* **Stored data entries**
--

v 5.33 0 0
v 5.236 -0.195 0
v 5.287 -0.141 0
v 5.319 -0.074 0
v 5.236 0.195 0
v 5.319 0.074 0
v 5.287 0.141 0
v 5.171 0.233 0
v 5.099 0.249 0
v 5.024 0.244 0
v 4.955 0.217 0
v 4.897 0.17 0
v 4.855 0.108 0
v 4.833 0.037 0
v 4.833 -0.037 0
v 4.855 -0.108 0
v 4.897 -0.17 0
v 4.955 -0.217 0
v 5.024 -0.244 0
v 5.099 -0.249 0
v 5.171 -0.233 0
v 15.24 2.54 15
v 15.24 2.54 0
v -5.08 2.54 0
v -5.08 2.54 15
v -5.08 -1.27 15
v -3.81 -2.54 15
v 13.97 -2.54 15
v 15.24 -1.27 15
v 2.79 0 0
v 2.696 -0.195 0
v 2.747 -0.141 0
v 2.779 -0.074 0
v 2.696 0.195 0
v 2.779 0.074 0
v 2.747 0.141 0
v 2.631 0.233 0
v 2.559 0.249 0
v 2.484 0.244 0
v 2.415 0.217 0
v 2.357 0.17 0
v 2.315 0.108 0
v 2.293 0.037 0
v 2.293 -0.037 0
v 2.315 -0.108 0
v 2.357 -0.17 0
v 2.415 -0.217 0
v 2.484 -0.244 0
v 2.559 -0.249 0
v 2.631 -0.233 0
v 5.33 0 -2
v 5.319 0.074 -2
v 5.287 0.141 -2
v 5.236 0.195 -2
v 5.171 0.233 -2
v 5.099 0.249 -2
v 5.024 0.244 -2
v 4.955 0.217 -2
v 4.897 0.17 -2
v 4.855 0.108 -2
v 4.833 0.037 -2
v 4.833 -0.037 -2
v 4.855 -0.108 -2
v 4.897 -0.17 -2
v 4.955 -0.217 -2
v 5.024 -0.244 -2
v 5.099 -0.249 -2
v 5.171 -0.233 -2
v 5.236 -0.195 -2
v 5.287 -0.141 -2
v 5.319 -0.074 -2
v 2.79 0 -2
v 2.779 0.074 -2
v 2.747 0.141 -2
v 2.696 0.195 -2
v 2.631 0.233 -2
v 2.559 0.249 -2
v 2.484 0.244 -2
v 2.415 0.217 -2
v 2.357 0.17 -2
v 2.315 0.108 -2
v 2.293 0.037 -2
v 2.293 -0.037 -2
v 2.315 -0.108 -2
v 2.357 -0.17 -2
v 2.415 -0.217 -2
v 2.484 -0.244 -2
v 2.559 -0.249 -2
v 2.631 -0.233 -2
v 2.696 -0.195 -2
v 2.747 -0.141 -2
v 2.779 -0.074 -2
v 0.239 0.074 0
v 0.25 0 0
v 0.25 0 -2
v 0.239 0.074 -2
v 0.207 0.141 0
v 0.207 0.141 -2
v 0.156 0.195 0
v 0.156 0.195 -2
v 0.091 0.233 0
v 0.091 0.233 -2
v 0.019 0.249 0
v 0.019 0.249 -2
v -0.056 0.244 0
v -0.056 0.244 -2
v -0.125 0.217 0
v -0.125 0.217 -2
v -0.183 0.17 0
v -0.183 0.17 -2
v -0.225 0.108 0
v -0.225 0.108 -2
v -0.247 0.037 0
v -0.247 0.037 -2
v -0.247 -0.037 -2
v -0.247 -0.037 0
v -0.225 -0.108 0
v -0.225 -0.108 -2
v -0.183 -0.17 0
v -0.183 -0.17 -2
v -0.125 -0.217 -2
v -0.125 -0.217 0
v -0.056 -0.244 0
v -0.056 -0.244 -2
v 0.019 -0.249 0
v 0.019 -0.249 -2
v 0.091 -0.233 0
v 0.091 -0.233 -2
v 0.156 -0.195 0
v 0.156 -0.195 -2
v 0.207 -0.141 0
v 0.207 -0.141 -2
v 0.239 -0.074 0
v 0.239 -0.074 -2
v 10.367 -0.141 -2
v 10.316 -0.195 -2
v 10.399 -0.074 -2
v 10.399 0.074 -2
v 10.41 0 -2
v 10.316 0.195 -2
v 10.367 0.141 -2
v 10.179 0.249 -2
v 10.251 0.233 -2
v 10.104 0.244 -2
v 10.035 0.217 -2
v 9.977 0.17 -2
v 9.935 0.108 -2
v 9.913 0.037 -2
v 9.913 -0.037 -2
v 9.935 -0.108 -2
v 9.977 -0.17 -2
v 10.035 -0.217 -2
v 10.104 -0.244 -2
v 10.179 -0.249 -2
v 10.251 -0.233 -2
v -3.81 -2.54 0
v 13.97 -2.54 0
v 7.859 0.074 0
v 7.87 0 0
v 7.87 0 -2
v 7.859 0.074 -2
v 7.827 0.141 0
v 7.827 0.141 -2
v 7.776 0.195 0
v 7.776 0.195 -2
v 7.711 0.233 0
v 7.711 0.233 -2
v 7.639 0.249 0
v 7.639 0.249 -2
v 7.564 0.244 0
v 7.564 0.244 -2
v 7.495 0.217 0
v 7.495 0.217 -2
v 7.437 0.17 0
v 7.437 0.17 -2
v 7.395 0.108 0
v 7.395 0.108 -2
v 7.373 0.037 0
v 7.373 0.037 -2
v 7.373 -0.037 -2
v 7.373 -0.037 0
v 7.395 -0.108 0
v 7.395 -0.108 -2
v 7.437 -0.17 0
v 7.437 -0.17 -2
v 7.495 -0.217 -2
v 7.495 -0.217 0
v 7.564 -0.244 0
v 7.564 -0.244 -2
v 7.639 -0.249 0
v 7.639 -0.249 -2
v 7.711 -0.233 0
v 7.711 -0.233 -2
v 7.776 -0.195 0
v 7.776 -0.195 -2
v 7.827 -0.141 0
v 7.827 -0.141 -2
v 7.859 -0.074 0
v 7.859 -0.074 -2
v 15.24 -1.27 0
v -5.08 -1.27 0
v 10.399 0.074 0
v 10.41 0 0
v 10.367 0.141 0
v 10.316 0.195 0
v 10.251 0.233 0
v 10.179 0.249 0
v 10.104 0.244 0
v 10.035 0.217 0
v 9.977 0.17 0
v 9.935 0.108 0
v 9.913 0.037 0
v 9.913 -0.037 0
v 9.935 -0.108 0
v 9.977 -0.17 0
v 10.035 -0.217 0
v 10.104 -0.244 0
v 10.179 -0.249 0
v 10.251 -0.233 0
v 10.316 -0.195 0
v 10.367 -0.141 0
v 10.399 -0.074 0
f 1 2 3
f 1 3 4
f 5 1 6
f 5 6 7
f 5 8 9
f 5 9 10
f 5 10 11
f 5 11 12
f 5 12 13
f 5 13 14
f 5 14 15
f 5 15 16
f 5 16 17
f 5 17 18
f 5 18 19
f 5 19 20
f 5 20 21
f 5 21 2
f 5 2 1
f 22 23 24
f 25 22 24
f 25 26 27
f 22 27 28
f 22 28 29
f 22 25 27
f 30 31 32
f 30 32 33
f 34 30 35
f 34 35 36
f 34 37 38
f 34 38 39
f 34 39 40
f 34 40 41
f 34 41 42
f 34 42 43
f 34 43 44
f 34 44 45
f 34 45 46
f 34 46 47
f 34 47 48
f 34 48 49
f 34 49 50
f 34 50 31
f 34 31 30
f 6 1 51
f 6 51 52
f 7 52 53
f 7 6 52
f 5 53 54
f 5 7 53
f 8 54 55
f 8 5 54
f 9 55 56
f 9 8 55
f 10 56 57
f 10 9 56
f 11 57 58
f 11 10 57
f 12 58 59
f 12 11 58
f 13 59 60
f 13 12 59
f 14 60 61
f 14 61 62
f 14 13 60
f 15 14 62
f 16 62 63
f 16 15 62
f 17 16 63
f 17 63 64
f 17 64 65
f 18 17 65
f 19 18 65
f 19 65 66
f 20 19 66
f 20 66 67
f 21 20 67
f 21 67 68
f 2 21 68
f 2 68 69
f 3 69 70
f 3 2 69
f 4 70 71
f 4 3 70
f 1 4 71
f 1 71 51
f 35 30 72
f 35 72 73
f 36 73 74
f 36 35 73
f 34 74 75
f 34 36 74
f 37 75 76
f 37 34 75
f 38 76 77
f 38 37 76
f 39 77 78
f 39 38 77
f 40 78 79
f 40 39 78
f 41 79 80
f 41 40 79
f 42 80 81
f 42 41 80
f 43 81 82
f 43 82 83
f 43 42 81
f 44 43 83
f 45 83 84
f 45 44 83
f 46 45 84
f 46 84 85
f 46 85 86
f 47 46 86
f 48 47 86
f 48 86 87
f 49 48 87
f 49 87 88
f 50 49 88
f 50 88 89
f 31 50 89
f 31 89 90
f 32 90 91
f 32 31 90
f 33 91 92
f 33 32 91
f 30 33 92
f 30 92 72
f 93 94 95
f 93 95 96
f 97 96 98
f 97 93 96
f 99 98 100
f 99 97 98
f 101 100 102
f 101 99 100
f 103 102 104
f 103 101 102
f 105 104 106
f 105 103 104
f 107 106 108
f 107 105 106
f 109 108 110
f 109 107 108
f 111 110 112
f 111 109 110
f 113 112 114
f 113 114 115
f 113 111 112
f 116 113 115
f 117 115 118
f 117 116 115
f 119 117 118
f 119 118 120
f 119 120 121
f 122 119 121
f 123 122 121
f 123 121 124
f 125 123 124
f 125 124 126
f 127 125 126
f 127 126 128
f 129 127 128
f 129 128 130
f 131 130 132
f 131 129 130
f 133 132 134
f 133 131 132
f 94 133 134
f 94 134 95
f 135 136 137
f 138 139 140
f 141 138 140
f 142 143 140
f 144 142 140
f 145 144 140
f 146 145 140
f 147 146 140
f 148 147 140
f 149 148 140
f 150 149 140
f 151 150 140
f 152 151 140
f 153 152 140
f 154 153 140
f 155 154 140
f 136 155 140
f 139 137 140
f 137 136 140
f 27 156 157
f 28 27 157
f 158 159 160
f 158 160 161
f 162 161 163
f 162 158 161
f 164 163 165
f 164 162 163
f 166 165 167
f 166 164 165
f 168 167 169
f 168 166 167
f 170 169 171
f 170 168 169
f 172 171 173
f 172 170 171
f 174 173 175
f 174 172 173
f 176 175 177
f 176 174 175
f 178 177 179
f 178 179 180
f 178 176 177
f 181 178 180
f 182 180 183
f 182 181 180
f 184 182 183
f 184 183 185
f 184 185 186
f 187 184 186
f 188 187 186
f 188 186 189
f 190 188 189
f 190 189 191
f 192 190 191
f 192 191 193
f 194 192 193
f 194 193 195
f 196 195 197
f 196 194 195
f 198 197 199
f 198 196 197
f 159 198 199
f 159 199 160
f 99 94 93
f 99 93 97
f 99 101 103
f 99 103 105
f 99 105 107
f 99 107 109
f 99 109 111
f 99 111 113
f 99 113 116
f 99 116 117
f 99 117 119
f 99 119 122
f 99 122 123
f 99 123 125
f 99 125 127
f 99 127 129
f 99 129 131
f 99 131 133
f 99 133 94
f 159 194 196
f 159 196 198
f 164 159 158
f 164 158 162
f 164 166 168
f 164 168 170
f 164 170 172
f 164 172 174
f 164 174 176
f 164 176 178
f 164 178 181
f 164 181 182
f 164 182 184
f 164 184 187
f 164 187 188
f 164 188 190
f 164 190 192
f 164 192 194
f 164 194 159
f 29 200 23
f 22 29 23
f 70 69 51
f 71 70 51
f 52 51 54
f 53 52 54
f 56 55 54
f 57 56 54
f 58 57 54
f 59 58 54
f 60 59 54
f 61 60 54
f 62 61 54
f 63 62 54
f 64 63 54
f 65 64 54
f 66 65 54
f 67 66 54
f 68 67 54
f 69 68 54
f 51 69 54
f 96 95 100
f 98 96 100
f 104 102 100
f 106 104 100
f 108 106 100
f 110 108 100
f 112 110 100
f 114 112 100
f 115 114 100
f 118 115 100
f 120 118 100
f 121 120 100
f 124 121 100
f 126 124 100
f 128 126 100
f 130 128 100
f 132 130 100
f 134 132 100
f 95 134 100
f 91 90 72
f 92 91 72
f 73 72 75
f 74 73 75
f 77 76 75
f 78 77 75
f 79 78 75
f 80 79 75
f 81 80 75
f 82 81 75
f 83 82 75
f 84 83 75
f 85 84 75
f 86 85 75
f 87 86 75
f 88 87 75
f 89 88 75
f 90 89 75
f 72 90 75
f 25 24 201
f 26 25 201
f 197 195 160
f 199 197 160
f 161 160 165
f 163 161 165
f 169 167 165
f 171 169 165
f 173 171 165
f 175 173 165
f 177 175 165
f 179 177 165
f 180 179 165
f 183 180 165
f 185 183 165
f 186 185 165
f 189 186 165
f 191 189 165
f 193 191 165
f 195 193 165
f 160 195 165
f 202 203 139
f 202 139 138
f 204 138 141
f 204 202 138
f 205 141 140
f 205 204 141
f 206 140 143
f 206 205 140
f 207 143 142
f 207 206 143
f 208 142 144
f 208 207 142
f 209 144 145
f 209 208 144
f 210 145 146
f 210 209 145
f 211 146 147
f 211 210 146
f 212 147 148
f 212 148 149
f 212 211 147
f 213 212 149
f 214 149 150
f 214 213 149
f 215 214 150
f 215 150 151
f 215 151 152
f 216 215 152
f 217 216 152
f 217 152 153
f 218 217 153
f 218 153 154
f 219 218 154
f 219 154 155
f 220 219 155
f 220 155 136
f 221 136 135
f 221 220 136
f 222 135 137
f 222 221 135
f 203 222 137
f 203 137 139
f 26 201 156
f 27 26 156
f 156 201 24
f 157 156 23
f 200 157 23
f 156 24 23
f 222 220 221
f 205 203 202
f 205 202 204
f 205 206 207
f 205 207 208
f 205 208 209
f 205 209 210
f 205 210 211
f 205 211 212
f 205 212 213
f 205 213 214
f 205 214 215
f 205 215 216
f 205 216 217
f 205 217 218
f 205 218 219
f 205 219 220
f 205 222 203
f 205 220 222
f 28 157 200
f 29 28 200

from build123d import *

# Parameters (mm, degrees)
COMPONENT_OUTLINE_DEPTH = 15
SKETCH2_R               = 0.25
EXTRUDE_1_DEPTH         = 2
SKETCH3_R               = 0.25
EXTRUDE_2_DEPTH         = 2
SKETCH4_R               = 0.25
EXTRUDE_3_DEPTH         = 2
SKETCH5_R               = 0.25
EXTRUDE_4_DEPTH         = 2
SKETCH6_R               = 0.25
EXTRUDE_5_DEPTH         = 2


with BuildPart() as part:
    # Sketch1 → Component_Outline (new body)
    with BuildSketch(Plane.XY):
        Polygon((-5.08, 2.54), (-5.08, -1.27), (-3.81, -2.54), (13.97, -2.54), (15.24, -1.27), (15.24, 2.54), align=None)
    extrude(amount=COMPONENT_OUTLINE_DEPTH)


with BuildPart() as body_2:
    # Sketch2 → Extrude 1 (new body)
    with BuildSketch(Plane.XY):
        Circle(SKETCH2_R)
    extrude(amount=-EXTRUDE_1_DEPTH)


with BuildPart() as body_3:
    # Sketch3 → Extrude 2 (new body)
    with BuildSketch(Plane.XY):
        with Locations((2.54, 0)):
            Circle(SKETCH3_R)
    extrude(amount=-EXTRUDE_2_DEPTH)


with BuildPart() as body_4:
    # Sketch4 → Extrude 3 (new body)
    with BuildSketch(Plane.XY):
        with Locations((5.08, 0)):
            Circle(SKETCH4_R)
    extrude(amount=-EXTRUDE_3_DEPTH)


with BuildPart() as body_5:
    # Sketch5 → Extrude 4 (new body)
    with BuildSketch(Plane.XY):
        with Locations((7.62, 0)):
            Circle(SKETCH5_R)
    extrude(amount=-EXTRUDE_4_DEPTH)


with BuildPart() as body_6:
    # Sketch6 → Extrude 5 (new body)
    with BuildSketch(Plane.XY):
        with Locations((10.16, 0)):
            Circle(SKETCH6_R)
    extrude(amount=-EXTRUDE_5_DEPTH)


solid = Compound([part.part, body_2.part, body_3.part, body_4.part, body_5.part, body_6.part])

--

* **WORK ITEM**
Given the records above, restate word for word only the lines starting at the one with "f 146 145 140" and ending at the one with "f 162 161 163".

* **REPLY TO THE EXERCISE**
f 146 145 140
f 147 146 140
f 148 147 140
f 149 148 140
f 150 149 140
f 151 150 140
f 152 151 140
f 153 152 140
f 154 153 140
f 155 154 140
f 136 155 140
f 139 137 140
f 137 136 140
f 27 156 157
f 28 27 157
f 158 159 160
f 158 160 161
f 162 161 163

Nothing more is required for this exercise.